Independence for me was made to be a painful, double-edged sword.

By Sam Published 5 years ago 7 min read
I'm not a bad daughter.
Photo by Kristina Tripkovic on Unsplash

My supposedly healthy relationship with my parents was always dependent on me not knowing any better.

I realized that when they’d continuously bring up how quiet and docile I was as a little girl, “always so willing to listen,” my dad would say, looking at me as though I was no longer someone he knew or someone he was proud of.

It used to sting quite a bit, but now that I’m thousands of miles away from home at university, pushing twenty and have some time and space to think, reflect and heal, I can say it doesn’t really hurt me anymore. It isn’t fair in any sense of the word that I had to essentially make peace with the fact that I will forever live in the shadow of the daughter I could’ve been, the daughter they’ll always want me to be, but I’m okay with that.

Coming into my own meant I was considered significantly more ‘liberal’ than my father, which also meant to him that I didn’t really know anything and was simply emboldened by a couple of posts I saw on the internet. I can never really understand why I expected him to be able to compromise or disagree, my father is traditional in every sense of the word. He would groan about showing up to parent-teacher meetings because “the teachers always praise you anyway, what’s the point?” He’s not a medal-for-trying kind of guy, and I struggled with that immensely growing up. Heck, it wasn’t until I left for university that he first texted me, “I’m proud of you.”

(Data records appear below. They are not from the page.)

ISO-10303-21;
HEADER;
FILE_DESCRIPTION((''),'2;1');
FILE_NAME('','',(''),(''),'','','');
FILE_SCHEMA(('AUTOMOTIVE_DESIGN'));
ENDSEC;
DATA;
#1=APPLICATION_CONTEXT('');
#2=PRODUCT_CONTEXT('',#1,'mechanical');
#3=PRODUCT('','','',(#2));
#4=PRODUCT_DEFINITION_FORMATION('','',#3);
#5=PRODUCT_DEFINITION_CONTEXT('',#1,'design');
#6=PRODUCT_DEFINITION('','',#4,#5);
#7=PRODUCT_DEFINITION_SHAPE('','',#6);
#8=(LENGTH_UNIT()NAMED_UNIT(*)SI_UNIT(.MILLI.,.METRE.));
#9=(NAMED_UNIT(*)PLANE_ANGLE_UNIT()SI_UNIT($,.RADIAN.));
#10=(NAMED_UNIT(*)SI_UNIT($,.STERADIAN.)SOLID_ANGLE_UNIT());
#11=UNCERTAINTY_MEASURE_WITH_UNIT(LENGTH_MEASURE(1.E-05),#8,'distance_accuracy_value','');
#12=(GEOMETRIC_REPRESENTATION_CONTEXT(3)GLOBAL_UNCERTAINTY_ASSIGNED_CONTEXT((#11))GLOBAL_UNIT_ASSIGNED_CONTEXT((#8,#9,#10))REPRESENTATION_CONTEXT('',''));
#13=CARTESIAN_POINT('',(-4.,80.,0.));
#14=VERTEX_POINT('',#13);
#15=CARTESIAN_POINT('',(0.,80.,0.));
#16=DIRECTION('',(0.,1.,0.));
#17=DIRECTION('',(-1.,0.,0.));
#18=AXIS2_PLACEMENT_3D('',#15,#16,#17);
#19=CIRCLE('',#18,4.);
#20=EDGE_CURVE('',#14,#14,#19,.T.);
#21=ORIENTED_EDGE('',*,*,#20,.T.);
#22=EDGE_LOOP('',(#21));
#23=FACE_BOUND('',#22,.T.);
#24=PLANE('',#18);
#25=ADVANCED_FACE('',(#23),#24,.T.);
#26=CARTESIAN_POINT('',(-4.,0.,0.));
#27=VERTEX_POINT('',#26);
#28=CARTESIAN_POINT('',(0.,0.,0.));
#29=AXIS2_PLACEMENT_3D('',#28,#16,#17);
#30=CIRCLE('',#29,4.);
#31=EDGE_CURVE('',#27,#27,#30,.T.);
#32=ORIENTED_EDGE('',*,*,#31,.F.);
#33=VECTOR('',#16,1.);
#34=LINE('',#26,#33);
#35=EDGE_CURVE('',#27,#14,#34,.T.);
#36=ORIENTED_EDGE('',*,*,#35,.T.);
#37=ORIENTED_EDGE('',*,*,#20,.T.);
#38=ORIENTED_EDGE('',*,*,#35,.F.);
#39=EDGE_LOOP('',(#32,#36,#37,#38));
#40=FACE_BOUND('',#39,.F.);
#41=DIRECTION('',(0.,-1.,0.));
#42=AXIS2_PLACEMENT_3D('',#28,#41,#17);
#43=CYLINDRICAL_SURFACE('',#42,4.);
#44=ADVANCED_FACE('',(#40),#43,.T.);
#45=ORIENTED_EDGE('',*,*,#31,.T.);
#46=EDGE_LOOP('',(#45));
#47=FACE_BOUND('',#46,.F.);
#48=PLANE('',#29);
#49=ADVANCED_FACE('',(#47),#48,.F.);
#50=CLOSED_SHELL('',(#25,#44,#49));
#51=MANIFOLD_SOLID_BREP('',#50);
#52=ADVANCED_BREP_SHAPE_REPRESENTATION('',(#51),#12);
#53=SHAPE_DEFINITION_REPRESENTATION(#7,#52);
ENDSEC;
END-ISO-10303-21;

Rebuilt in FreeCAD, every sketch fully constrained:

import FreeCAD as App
import Part
import Sketcher

doc = App.newDocument("Part")
body = doc.addObject("PartDesign::Body", "Body")

# Sketch on XZ plane
sketch1 = doc.addObject("Sketcher::SketchObject", "Sketch")
body.addObject(sketch1)
sketch1.AttachmentSupport = (doc.XZ_Plane, [""])
sketch1.MapMode = "FlatFace"
sketch1.addGeometry(Part.Circle(App.Vector(0, 0, 0), App.Vector(0, 0, 1), 4), False)
sketch1.addConstraint([
    Sketcher.Constraint("Coincident", 0, 3, -1, 1),
    Sketcher.Constraint("Diameter", 0, 8.0),
])
pad1 = doc.addObject("PartDesign::Pad", "Pad")
body.addObject(pad1)
pad1.Profile = sketch1
pad1.Length = 80
pad1.Reversed = True

doc.recompute()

You would think that after years of having strived for some semblance of recognition for my efforts, I would’ve been thrilled at that text. However, I wasn’t really surprised at how little I felt for it. If anything, that was what had me considering if maybe I was a bad daughter. He was trying, he was reaching out. But really? It took me having to leave my house altogether for him to realize that I was a good kid?

I could write an entire book about everything my parents made out to be bad in me, but that won’t help me heal and it won’t make our relationship better. There are a few things I have to chalk up to generational differences—the things all kids hear about the technology and modern ideologies—but everything else was a direct result of how much my family valued culture.

I grew up in a joint family. This meant that my father’s older brother and his family lived with us too. It’s been that way for as long as I can remember. Growing up as the only daughter among three boys, I was always considered one of them. I dressed conservatively, in full sleeves and flannel shirts, always wanted to cut my hair short and I didn’t mind a bit of rough and tumble. They praised these qualities in me, which ultimately led to a superiority complex and the all too familiar ‘I’m not like other girls’ phase, which I’m proud to say I’ve since outgrown. But that’s a key thing to consider, right? The praise of these supposedly masculine traits, how much they loved that I was a ‘tomboy’ and held no trace of explicitly feminine qualities?

Especially since it was as I began to explore my feminine side that problems arose?

My mother found herself thrilled initially, but now she says I went from covering up too much to barely covering up at all, and yes, I always hear the poorly veiled frustration no matter how hard she laughs after. Although her struggle to accept the change was notable, my father’s straight refusal to accept it led to the inevitable downfall of all peace and stability we’d had in our relationship.

When I would call out the sexist jokes and inappropriate comments about other women, I was always considered ‘too sensitive’ and told to lighten up. “I’m happily married,” he’d say, “but I’m not blind.” When it came to clothes I wore that he didn’t like however, he’d always ask me why I was willingly objectifying myself and would continue to act surprised when the hypocrisy frustrated me. That was the new dynamic. I wasn’t allowed to call him out on his behaviour, but when it was the prospect of other men potentially treating me the same way, I was always asked why I wanted to bring that upon myself.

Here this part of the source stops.